TASK INSTRUCTIONS
Write down exactly the lines of the records below, beginning with the first and ending with the line that includes "v11 (-26,0,6)".
──────
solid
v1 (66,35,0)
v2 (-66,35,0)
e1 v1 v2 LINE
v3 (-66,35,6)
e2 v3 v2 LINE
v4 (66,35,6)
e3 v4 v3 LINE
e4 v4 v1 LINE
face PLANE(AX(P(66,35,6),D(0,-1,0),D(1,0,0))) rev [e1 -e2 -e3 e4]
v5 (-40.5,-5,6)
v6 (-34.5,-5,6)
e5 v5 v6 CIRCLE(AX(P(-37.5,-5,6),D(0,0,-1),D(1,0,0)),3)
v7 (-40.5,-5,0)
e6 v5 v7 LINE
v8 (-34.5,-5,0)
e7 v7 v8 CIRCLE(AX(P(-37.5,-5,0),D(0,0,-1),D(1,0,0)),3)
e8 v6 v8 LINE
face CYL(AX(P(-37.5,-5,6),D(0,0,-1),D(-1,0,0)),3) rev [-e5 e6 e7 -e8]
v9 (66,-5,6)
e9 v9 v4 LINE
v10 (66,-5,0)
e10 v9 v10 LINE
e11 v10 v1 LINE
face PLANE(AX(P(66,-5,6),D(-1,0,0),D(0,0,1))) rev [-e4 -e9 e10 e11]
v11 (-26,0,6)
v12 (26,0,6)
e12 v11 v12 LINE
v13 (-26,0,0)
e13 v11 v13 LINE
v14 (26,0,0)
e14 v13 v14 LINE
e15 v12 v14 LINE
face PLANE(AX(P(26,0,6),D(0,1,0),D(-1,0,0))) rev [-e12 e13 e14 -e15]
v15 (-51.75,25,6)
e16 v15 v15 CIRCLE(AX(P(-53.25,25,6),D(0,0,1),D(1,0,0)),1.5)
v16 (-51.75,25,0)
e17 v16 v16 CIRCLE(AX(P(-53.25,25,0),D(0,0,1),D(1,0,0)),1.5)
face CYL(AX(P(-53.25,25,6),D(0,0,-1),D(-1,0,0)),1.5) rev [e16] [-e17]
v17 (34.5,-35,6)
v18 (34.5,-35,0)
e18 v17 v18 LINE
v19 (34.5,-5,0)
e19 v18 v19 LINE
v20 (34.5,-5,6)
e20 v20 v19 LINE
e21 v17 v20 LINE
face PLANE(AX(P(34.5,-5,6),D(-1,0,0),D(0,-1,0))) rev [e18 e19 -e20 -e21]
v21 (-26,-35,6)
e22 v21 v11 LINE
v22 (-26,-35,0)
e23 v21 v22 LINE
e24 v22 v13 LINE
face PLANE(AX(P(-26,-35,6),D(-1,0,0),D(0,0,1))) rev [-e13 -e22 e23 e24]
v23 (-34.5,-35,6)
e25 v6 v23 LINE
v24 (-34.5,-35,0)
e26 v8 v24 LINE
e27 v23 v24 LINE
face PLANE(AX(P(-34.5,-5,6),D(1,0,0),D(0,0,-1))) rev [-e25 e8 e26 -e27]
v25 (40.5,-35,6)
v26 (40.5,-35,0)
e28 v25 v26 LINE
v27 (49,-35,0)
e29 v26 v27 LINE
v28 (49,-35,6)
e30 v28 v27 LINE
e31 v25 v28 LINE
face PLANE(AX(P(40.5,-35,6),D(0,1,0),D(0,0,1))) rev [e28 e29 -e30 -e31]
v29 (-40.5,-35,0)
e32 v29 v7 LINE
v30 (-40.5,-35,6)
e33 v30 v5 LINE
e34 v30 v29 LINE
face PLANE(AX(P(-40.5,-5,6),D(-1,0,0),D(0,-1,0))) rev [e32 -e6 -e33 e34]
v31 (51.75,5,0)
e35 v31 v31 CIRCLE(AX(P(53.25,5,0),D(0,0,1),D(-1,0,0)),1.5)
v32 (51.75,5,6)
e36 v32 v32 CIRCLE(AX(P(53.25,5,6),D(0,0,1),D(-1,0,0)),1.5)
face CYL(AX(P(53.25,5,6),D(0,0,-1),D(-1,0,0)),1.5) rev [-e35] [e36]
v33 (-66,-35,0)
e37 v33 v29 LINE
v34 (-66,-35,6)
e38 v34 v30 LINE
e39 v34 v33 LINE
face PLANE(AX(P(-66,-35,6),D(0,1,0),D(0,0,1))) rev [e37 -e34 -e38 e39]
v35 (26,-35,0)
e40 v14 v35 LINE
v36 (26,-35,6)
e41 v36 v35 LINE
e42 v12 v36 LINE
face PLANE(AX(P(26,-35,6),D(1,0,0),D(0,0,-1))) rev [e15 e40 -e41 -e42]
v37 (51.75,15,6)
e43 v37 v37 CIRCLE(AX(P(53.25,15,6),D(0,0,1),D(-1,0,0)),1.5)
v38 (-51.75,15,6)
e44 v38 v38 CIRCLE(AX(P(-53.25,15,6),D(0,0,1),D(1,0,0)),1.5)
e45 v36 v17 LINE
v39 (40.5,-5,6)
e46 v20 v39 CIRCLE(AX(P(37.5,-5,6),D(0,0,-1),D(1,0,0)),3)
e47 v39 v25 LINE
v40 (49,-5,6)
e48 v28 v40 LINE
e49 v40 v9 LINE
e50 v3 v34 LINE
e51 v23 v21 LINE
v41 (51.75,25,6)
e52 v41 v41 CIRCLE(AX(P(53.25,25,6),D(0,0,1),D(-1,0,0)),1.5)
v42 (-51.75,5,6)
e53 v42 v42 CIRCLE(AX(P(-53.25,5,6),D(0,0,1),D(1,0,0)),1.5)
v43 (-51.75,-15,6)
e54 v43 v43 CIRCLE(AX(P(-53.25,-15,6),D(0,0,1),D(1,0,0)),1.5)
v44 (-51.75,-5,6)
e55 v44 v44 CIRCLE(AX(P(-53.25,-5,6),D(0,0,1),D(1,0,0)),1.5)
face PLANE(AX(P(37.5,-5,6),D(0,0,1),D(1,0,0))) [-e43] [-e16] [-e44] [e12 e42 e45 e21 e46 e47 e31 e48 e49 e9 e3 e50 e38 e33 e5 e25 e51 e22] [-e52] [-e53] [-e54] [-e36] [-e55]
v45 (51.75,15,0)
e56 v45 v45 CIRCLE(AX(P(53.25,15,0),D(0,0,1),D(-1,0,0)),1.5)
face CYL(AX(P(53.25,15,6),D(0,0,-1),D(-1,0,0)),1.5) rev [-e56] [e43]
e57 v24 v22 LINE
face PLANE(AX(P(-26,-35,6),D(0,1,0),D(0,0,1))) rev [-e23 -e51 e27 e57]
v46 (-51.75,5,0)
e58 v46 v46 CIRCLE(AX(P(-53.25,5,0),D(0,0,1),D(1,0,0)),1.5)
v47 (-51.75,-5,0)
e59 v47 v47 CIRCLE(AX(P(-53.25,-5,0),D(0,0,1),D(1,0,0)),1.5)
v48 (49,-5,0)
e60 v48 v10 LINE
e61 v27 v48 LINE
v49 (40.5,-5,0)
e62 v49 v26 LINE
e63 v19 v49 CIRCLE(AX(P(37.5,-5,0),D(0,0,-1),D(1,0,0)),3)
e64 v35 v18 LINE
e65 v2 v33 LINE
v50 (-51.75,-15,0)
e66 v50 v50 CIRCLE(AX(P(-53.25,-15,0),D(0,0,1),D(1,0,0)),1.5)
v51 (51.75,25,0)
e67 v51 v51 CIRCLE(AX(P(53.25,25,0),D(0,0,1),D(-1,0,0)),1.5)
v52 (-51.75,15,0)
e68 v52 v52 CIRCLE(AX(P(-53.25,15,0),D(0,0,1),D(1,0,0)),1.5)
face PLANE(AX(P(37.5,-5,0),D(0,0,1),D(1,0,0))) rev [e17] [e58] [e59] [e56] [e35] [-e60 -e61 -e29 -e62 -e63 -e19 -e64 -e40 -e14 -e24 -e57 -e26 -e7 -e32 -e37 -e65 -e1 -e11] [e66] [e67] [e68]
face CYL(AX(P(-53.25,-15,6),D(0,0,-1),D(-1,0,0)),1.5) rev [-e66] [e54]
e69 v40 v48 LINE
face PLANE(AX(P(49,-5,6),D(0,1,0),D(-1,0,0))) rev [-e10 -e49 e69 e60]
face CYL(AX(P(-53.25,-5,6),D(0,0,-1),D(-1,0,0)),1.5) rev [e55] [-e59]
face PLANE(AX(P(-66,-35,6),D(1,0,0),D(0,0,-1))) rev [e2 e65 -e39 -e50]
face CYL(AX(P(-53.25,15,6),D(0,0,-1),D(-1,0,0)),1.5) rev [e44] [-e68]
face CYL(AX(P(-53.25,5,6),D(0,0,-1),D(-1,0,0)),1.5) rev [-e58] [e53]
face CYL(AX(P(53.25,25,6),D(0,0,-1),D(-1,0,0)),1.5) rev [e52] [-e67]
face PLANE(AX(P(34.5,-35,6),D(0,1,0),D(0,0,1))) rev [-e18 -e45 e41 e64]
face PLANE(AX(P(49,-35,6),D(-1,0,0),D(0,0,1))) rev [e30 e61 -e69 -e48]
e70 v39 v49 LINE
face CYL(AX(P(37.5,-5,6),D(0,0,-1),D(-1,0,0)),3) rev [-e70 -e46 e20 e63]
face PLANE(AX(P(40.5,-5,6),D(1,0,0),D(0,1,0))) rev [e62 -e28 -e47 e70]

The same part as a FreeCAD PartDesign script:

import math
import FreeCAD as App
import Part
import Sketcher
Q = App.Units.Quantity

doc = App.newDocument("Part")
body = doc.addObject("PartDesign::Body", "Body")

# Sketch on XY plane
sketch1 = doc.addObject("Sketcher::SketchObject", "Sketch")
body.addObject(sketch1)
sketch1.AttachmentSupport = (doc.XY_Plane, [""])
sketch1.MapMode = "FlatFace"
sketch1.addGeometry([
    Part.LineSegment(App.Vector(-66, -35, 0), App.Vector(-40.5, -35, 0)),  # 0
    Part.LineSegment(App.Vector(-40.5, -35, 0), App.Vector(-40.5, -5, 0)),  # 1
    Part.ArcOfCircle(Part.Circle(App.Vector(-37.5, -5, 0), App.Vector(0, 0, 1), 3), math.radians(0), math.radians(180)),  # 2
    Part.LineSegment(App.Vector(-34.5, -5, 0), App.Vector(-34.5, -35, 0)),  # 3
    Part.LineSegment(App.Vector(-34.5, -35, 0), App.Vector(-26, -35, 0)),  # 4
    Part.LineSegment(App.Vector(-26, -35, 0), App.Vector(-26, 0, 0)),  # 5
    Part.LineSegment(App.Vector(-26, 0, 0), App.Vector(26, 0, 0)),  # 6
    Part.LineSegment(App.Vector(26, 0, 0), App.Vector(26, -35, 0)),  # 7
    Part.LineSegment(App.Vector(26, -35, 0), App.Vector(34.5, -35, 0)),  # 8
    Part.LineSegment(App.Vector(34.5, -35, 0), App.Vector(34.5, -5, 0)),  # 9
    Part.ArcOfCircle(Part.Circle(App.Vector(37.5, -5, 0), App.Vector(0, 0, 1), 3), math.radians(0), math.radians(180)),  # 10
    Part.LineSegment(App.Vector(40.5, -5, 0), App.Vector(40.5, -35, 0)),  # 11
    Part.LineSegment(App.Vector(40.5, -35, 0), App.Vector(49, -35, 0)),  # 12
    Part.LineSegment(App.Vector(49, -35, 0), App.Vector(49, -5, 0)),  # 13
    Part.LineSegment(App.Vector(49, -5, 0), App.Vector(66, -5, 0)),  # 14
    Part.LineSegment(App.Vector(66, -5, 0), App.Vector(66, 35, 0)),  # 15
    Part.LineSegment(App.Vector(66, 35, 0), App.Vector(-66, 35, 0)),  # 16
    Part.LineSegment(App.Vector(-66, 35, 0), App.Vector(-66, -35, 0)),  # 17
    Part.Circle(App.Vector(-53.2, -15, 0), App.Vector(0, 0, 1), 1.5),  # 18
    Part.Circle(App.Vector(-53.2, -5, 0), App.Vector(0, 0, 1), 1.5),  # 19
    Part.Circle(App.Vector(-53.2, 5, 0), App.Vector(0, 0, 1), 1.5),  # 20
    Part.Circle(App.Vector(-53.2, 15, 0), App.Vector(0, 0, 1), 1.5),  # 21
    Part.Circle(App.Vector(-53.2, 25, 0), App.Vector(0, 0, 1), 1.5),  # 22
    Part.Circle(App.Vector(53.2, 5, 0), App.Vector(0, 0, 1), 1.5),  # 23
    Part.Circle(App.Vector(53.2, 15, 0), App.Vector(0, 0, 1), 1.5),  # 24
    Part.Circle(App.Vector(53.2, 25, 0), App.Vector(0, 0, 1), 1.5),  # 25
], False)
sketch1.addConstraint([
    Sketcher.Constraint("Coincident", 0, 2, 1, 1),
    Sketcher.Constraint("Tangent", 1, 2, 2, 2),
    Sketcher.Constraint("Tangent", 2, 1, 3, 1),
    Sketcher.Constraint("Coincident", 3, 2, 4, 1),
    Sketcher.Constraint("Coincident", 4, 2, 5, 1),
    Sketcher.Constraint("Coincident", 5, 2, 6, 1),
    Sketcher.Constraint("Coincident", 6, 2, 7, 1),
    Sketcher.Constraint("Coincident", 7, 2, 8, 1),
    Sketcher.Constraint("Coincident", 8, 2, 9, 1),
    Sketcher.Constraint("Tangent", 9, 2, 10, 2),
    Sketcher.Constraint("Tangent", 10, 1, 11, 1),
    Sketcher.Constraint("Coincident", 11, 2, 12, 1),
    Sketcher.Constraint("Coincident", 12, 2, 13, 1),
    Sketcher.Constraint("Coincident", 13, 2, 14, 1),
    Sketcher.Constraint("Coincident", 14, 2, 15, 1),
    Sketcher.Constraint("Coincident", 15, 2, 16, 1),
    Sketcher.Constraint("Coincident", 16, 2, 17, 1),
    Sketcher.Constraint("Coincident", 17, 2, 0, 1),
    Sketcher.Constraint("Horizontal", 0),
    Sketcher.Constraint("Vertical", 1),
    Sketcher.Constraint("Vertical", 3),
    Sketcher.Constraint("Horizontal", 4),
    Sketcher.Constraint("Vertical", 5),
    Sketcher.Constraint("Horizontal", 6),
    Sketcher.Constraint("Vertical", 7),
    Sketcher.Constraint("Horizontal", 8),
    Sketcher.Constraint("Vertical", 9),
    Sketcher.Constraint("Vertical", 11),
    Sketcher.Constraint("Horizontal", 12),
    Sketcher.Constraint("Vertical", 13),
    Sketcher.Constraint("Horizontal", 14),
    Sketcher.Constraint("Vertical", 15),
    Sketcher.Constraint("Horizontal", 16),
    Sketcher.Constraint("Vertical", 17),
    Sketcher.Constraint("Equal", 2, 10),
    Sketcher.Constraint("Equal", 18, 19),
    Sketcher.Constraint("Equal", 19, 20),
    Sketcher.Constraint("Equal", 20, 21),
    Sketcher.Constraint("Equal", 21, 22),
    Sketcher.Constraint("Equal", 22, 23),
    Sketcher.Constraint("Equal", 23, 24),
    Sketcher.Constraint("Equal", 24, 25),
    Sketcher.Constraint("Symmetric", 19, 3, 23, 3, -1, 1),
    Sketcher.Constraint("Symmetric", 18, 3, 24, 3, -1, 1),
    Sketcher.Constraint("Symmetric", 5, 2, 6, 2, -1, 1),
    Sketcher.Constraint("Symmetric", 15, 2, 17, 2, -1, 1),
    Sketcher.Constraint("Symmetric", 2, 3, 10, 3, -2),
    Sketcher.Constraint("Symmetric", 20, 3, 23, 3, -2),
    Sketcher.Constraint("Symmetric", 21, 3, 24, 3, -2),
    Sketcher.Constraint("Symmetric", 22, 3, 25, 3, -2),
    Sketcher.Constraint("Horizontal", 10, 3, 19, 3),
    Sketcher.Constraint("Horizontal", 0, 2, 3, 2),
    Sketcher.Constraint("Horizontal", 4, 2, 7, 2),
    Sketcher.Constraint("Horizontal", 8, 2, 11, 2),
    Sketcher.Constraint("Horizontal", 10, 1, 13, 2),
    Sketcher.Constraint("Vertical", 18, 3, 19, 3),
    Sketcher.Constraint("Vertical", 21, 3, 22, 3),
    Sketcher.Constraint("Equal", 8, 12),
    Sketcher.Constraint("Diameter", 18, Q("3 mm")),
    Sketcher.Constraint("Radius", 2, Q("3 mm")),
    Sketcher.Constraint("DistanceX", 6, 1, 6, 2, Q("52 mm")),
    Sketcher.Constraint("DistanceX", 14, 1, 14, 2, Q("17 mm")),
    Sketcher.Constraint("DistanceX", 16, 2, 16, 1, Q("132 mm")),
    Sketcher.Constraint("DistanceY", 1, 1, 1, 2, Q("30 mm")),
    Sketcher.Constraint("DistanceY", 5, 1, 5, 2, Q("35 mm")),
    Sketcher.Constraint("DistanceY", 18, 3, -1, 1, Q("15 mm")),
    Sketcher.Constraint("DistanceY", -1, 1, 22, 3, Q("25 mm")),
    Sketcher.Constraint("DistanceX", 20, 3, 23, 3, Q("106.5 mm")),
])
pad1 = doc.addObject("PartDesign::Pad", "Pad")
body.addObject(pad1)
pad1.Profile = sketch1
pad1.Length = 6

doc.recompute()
──────
OUTPUT FOR THIS EXERCISE
solid
v1 (66,35,0)
v2 (-66,35,0)
e1 v1 v2 LINE
v3 (-66,35,6)
e2 v3 v2 LINE
v4 (66,35,6)
e3 v4 v3 LINE
e4 v4 v1 LINE
face PLANE(AX(P(66,35,6),D(0,-1,0),D(1,0,0))) rev [e1 -e2 -e3 e4]
v5 (-40.5,-5,6)
v6 (-34.5,-5,6)
e5 v5 v6 CIRCLE(AX(P(-37.5,-5,6),D(0,0,-1),D(1,0,0)),3)
v7 (-40.5,-5,0)
e6 v5 v7 LINE
v8 (-34.5,-5,0)
e7 v7 v8 CIRCLE(AX(P(-37.5,-5,0),D(0,0,-1),D(1,0,0)),3)
e8 v6 v8 LINE
face CYL(AX(P(-37.5,-5,6),D(0,0,-1),D(-1,0,0)),3) rev [-e5 e6 e7 -e8]
v9 (66,-5,6)
e9 v9 v4 LINE
v10 (66,-5,0)
e10 v9 v10 LINE
e11 v10 v1 LINE
face PLANE(AX(P(66,-5,6),D(-1,0,0),D(0,0,1))) rev [-e4 -e9 e10 e11]
v11 (-26,0,6)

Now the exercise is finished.